Throughout all antiquity, the prisoner of war, the insolvent debtor, were slaves according to law; the proprietor had absolute right in […] in the land; he had the right of life and death over his wife, over his children, over his slaves; for all of these things were his things (re suâ), he could use them and abuse them at his pleasure.
The feudal system, which destroyed slavery and instituted serfdom, destroyed the right of property in man. The serf was no longer a thing belonging to man, but he belonged to the land, with which he was bought and sold. It was a step in advance. The serf had a family; the slave was but cattle.
The feudal aristocracy was overthrown by the commercial aristocracy, who dealt a severe blow at the right of property by the abolition of the law of primogeniture, by the enactment of laws concerning inheritance; the right of expropriation for public utility; by the laws concerning mortgages, corporations, limited liabilities, the tendency of which is to transform individual private property into collective public property; but, above all, to transform into wagedom, i. e., chattel slavery into wages slavery.

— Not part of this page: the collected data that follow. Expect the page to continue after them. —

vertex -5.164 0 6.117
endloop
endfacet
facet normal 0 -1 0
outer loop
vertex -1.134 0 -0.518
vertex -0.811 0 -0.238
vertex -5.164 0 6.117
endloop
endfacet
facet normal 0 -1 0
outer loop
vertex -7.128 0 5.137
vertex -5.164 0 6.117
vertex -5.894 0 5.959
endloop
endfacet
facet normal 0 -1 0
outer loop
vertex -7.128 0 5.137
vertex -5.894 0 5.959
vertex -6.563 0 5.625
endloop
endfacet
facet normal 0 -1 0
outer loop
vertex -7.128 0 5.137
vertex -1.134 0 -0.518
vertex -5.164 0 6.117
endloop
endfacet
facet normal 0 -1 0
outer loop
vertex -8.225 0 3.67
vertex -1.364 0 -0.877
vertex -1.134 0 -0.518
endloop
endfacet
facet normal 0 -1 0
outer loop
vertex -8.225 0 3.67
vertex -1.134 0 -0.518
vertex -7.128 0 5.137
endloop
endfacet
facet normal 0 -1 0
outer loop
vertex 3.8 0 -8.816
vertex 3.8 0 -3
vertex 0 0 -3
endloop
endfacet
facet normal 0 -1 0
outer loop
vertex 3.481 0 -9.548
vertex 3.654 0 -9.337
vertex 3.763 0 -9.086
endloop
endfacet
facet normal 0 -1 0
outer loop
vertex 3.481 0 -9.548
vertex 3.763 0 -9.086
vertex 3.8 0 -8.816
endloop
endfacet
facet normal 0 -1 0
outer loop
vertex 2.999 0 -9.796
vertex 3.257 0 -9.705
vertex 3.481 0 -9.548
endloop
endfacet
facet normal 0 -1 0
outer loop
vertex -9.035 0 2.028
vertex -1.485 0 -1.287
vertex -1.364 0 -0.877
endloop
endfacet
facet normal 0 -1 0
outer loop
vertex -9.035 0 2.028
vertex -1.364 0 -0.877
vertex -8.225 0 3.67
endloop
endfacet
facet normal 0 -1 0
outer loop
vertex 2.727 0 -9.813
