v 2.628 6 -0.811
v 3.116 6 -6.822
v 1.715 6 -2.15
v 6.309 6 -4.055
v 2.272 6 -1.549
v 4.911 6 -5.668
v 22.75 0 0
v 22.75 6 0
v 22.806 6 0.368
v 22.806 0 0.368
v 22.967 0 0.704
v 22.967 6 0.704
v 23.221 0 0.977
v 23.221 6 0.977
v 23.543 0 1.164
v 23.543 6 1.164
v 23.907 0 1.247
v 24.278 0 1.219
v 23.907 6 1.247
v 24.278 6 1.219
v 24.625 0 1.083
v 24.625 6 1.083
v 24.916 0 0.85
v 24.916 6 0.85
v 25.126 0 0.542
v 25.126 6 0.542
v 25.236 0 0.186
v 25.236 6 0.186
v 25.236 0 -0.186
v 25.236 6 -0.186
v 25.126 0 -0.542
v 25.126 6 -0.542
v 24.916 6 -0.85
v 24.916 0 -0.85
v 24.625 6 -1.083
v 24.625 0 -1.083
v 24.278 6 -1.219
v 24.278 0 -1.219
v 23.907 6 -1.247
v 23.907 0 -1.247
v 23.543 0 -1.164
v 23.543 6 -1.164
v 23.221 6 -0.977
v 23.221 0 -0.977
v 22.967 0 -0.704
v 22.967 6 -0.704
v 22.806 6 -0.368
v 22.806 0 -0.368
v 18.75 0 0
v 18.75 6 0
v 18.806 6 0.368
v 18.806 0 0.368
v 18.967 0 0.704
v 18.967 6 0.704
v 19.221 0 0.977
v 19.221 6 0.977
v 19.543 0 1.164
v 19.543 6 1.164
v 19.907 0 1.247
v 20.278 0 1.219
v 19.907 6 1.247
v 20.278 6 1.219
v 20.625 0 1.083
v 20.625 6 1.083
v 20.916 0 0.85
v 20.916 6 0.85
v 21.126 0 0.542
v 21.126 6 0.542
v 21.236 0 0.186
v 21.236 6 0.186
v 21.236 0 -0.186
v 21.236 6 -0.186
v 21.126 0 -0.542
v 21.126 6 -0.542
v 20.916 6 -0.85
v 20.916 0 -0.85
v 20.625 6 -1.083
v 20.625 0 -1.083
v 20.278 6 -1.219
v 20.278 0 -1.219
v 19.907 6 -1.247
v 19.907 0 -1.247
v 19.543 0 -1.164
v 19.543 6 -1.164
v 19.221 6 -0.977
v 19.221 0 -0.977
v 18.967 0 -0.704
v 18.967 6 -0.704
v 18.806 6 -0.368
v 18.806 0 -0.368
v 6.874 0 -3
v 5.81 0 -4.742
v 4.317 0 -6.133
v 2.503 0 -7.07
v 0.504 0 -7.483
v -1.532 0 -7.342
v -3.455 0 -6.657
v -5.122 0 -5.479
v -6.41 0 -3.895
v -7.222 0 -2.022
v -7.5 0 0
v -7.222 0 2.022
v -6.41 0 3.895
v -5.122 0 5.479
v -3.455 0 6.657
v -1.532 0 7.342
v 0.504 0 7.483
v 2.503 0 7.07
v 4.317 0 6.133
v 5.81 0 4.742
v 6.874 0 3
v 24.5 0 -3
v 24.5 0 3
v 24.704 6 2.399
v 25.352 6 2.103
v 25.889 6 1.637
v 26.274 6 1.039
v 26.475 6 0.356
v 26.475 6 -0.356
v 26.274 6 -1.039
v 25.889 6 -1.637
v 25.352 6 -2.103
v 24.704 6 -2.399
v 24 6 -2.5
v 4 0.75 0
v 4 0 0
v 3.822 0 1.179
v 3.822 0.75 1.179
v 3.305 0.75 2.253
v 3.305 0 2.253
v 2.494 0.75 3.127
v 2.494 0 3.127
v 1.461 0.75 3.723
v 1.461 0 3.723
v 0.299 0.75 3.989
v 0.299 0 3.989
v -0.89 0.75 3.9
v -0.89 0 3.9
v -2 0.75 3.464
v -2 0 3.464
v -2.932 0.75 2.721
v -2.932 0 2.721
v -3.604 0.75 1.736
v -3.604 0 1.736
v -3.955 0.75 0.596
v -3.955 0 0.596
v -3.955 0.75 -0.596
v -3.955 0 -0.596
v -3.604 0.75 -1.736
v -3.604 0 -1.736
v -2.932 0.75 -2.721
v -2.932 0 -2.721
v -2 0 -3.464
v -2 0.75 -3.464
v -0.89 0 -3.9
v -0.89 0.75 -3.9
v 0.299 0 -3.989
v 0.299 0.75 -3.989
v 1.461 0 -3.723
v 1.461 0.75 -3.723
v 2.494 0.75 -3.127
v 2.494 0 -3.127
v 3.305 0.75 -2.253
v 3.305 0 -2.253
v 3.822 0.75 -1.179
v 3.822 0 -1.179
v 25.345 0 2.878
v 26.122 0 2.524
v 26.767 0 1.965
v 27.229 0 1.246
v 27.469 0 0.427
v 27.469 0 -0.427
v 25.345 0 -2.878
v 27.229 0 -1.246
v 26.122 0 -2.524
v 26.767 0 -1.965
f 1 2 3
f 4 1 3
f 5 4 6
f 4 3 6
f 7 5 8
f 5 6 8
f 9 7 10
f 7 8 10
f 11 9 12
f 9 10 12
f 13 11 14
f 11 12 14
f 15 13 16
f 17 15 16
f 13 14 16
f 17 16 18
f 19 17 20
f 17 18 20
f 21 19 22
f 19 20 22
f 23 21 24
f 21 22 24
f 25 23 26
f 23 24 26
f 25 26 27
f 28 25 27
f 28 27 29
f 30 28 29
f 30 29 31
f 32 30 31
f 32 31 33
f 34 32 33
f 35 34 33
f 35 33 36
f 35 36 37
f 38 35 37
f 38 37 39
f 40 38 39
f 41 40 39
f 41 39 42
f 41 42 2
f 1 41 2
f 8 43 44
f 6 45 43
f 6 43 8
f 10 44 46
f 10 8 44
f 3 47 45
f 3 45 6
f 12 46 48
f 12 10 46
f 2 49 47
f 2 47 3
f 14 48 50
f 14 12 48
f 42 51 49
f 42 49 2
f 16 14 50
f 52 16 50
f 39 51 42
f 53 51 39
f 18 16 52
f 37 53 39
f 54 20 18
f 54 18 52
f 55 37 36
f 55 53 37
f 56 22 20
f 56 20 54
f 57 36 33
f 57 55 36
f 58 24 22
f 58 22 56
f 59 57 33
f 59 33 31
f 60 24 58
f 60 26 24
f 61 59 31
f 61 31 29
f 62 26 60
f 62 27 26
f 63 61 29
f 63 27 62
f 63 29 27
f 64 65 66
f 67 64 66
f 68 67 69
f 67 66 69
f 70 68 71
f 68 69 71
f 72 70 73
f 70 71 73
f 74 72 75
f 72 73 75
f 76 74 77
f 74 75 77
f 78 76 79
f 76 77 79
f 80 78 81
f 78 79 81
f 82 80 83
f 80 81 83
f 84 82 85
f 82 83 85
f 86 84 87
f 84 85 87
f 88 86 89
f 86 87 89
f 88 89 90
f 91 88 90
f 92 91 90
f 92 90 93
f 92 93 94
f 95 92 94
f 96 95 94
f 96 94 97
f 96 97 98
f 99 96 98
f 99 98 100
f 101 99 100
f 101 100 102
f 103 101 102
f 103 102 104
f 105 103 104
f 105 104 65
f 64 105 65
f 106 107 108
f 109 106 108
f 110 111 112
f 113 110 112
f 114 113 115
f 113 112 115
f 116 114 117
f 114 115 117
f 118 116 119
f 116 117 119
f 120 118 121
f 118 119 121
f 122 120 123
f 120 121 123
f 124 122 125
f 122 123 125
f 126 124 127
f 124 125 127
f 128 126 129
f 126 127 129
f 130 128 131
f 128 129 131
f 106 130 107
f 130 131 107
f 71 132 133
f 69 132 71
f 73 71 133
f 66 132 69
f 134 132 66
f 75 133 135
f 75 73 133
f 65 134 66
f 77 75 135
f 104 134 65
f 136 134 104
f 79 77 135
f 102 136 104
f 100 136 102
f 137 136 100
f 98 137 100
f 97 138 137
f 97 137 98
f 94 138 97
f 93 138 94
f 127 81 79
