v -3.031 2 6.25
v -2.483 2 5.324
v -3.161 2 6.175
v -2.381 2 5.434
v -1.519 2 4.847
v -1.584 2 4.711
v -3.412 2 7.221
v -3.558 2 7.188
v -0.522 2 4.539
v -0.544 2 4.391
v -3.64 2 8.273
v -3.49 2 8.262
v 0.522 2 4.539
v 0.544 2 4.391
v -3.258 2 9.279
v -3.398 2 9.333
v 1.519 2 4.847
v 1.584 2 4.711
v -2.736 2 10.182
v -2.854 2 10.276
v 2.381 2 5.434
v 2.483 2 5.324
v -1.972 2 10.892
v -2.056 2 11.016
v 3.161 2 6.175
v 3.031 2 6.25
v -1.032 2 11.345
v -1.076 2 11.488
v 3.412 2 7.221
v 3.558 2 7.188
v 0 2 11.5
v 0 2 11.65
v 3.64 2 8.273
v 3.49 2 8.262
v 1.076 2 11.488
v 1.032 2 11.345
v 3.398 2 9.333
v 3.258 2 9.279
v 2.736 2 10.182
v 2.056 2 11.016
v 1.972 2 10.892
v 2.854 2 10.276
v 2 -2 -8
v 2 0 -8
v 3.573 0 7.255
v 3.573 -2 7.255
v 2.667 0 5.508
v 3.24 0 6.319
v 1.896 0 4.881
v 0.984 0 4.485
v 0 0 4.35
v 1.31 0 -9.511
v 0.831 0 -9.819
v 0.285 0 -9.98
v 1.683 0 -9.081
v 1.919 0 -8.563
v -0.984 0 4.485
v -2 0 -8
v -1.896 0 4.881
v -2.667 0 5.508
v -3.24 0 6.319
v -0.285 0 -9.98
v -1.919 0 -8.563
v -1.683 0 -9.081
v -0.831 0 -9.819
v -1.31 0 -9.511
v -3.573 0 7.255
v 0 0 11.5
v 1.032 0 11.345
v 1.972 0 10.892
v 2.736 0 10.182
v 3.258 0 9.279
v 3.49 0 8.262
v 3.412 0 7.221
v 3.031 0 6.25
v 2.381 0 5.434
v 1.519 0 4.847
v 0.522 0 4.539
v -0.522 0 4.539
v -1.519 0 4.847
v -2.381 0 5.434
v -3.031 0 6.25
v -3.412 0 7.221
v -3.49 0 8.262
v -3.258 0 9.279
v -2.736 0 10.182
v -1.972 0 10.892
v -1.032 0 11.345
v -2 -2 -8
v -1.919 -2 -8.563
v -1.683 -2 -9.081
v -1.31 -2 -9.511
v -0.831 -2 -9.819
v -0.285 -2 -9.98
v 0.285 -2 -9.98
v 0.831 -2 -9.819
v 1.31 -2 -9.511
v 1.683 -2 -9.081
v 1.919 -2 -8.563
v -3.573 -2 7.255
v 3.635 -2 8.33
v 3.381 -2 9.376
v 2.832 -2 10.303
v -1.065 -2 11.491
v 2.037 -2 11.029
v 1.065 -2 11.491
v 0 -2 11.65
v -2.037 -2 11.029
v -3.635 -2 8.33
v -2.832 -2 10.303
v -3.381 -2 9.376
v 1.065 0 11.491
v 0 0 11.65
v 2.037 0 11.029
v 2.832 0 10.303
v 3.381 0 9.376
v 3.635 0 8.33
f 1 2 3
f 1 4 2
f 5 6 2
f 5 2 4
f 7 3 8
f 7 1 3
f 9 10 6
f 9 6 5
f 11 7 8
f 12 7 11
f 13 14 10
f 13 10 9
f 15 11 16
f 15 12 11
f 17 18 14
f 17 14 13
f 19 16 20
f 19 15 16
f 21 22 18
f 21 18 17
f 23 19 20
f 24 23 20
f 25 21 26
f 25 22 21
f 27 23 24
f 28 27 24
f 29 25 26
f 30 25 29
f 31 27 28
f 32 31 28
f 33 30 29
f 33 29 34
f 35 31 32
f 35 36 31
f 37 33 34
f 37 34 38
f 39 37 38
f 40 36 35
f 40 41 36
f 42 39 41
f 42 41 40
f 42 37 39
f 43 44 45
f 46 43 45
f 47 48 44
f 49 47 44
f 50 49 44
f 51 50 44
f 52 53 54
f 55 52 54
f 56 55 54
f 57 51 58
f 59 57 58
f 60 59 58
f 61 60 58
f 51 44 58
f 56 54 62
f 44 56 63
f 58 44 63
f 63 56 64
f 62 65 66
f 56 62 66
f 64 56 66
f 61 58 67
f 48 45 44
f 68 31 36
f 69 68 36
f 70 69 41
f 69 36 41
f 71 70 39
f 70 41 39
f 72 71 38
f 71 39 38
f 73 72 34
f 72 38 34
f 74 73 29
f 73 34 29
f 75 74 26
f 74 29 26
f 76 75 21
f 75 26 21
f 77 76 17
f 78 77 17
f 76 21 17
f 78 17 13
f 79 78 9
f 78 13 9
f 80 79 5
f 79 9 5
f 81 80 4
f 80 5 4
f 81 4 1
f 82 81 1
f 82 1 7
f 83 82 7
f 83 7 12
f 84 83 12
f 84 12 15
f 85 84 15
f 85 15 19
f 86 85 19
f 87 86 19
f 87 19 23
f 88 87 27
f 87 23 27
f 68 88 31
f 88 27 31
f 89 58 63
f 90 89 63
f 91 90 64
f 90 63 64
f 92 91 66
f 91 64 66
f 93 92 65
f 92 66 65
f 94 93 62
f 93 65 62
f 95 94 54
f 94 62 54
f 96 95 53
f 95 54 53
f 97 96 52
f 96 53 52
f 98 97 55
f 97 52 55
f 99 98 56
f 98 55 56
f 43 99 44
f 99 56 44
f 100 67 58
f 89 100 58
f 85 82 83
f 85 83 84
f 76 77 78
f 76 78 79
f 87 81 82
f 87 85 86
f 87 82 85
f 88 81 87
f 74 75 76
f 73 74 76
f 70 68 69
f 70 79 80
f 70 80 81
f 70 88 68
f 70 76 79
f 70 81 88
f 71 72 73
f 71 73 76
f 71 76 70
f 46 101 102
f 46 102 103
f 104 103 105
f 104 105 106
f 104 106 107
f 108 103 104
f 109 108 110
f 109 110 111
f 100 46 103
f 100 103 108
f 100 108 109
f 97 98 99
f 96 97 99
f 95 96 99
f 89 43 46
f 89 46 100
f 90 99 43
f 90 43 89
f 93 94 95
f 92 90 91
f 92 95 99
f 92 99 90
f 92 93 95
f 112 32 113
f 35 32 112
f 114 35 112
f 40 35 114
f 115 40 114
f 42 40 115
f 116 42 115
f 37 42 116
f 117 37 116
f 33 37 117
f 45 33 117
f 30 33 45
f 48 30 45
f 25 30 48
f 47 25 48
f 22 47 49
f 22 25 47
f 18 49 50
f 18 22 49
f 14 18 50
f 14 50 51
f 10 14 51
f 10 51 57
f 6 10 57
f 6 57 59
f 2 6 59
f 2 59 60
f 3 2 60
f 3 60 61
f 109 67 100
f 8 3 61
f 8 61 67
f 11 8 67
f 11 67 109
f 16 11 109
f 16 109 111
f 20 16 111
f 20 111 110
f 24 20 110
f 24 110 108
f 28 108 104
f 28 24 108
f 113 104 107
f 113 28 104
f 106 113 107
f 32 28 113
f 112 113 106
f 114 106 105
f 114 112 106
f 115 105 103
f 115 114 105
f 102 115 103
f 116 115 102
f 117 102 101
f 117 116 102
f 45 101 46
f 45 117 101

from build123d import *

# Parameters (mm, degrees)
BOSS_EXTRUDE1_DEPTH = 2
BOSS_EXTRUDE2_START = 2
SKETCH2_R           = 3.65
BOSS_EXTRUDE2_DEPTH = 2
SKETCH3_R           = 3.5
CUT_EXTRUDE1_DEPTH  = 2


with BuildPart() as part:
    # Sketch1 → Boss-Extrude1 (new body)
    with BuildSketch(Plane(origin=(0, 0, 0), x_dir=(1, 0, 0), z_dir=(0, 1, 0))):
        with BuildLine():
            Line((-3.57318314, -7.255109239), (-2, 8))
            ThreePointArc((-2, 8), (0, 10), (2, 8))
            Line((2, 8), (3.57318314, -7.255109239))
            ThreePointArc((3.57318314, -7.255109239), (0, -11.65), (-3.57318314, -7.255109239))
        make_face()
    extrude(amount=-BOSS_EXTRUDE1_DEPTH)

    # Sketch2 → Boss-Extrude2 (add)
    with BuildSketch(Plane(origin=(0, 0, 0), x_dir=(1, 0, 0), z_dir=(0, 1, 0)).offset(BOSS_EXTRUDE2_START)):
        with Locations(Location((0, -8, 0), (0, 0, 270))):
            Circle(SKETCH2_R)
    extrude(amount=-BOSS_EXTRUDE2_DEPTH)

    # Sketch3 → Cut-Extrude1 (cut)
    with BuildSketch(Plane(origin=(0, 2, 0), x_dir=(1, 0, 0), z_dir=(0, 1, 0))):
        with Locations(Location((0, -8, 0), (0, 0, 270))):
            Circle(SKETCH3_R)
    extrude(amount=-CUT_EXTRUDE1_DEPTH, mode=Mode.SUBTRACT)


solid = part.part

Those who work for wages are certainly not free; they are industrial slaves, since they cannot produce without having a master, commonly called a “boss;” but they are no longer either the thing belonging to man, nor the thing belonging to the land; they have conquered their position of comparative dignity as men and citizens. These successive restrictions of the rights of property, these limitations of the right to abuse, will not be complete until the right of property shall have become restricted simply to the right of possession accessible to all, under well-defined and absolute conditions. The association of capital, which is evinced by the ever-growing power and ever-increasing arrogance of corporations, is but the prelude to the association of labor, which will lead the producing masses toward the equity of conditions with unerring fatality. It has been proved beyond the possibility of a doubt, that those who hold the land command the use of all the elements of life—land, air, water and light—are linked together in such intimate connection, that exclusive property in any one of them extends to them all, and no man has a natural right to claim, as private property, a larger portion of these united elements than he can cultivate for his own use and that of his own family. It is therefore held the land, air, light and water are common property, which ought to belong to the state alone as a source of public revenue, and not as a source of rent for the exclusive benefit of private landlords and their families.